=== EXERCISE DATA ===
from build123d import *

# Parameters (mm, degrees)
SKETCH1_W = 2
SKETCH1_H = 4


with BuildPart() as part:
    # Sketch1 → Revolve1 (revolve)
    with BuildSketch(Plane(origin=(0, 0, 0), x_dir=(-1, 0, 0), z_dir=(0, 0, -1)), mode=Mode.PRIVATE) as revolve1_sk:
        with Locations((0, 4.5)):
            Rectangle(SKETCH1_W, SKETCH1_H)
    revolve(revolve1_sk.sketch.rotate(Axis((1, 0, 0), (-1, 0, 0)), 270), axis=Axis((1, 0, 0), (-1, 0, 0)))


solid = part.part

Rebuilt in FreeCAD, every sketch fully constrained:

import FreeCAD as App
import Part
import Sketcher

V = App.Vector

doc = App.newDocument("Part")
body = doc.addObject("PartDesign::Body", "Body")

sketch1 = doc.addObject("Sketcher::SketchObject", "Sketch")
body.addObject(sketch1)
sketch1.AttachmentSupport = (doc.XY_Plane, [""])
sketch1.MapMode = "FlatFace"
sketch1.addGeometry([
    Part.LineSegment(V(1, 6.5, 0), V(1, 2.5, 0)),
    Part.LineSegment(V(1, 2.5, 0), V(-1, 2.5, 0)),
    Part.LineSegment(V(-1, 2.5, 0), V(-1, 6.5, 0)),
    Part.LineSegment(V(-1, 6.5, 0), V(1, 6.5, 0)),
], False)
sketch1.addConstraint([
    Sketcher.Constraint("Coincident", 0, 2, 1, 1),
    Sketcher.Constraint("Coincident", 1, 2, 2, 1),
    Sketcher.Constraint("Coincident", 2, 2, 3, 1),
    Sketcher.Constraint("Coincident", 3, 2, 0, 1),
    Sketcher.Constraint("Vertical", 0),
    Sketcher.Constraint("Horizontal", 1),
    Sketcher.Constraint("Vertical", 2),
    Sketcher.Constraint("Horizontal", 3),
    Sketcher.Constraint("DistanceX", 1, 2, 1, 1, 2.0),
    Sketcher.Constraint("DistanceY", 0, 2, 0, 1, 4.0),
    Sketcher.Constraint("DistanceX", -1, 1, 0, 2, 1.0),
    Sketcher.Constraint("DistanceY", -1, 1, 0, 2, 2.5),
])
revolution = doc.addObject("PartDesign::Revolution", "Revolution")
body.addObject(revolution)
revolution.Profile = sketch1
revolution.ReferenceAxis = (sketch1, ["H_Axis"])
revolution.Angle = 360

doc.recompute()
===
Please transcribe the records in full, keeping every word as it is.

## SOLUTION TO THIS EXERCISE
from build123d import *

# Parameters (mm, degrees)
SKETCH1_W = 2
SKETCH1_H = 4


with BuildPart() as part:
    # Sketch1 → Revolve1 (revolve)
    with BuildSketch(Plane(origin=(0, 0, 0), x_dir=(-1, 0, 0), z_dir=(0, 0, -1)), mode=Mode.PRIVATE) as revolve1_sk:
        with Locations((0, 4.5)):
            Rectangle(SKETCH1_W, SKETCH1_H)
    revolve(revolve1_sk.sketch.rotate(Axis((1, 0, 0), (-1, 0, 0)), 270), axis=Axis((1, 0, 0), (-1, 0, 0)))


solid = part.part

Rebuilt in FreeCAD, every sketch fully constrained:

import FreeCAD as App
import Part
import Sketcher

V = App.Vector

doc = App.newDocument("Part")
body = doc.addObject("PartDesign::Body", "Body")

sketch1 = doc.addObject("Sketcher::SketchObject", "Sketch")
body.addObject(sketch1)
sketch1.AttachmentSupport = (doc.XY_Plane, [""])
sketch1.MapMode = "FlatFace"
sketch1.addGeometry([
    Part.LineSegment(V(1, 6.5, 0), V(1, 2.5, 0)),
    Part.LineSegment(V(1, 2.5, 0), V(-1, 2.5, 0)),
    Part.LineSegment(V(-1, 2.5, 0), V(-1, 6.5, 0)),
    Part.LineSegment(V(-1, 6.5, 0), V(1, 6.5, 0)),
], False)
sketch1.addConstraint([
    Sketcher.Constraint("Coincident", 0, 2, 1, 1),
    Sketcher.Constraint("Coincident", 1, 2, 2, 1),
    Sketcher.Constraint("Coincident", 2, 2, 3, 1),
    Sketcher.Constraint("Coincident", 3, 2, 0, 1),
    Sketcher.Constraint("Vertical", 0),
    Sketcher.Constraint("Horizontal", 1),
    Sketcher.Constraint("Vertical", 2),
    Sketcher.Constraint("Horizontal", 3),
    Sketcher.Constraint("DistanceX", 1, 2, 1, 1, 2.0),
    Sketcher.Constraint("DistanceY", 0, 2, 0, 1, 4.0),
    Sketcher.Constraint("DistanceX", -1, 1, 0, 2, 1.0),
    Sketcher.Constraint("DistanceY", -1, 1, 0, 2, 2.5),
])
revolution = doc.addObject("PartDesign::Revolution", "Revolution")
body.addObject(revolution)
revolution.Profile = sketch1
revolution.ReferenceAxis = (sketch1, ["H_Axis"])
revolution.Angle = 360

doc.recompute()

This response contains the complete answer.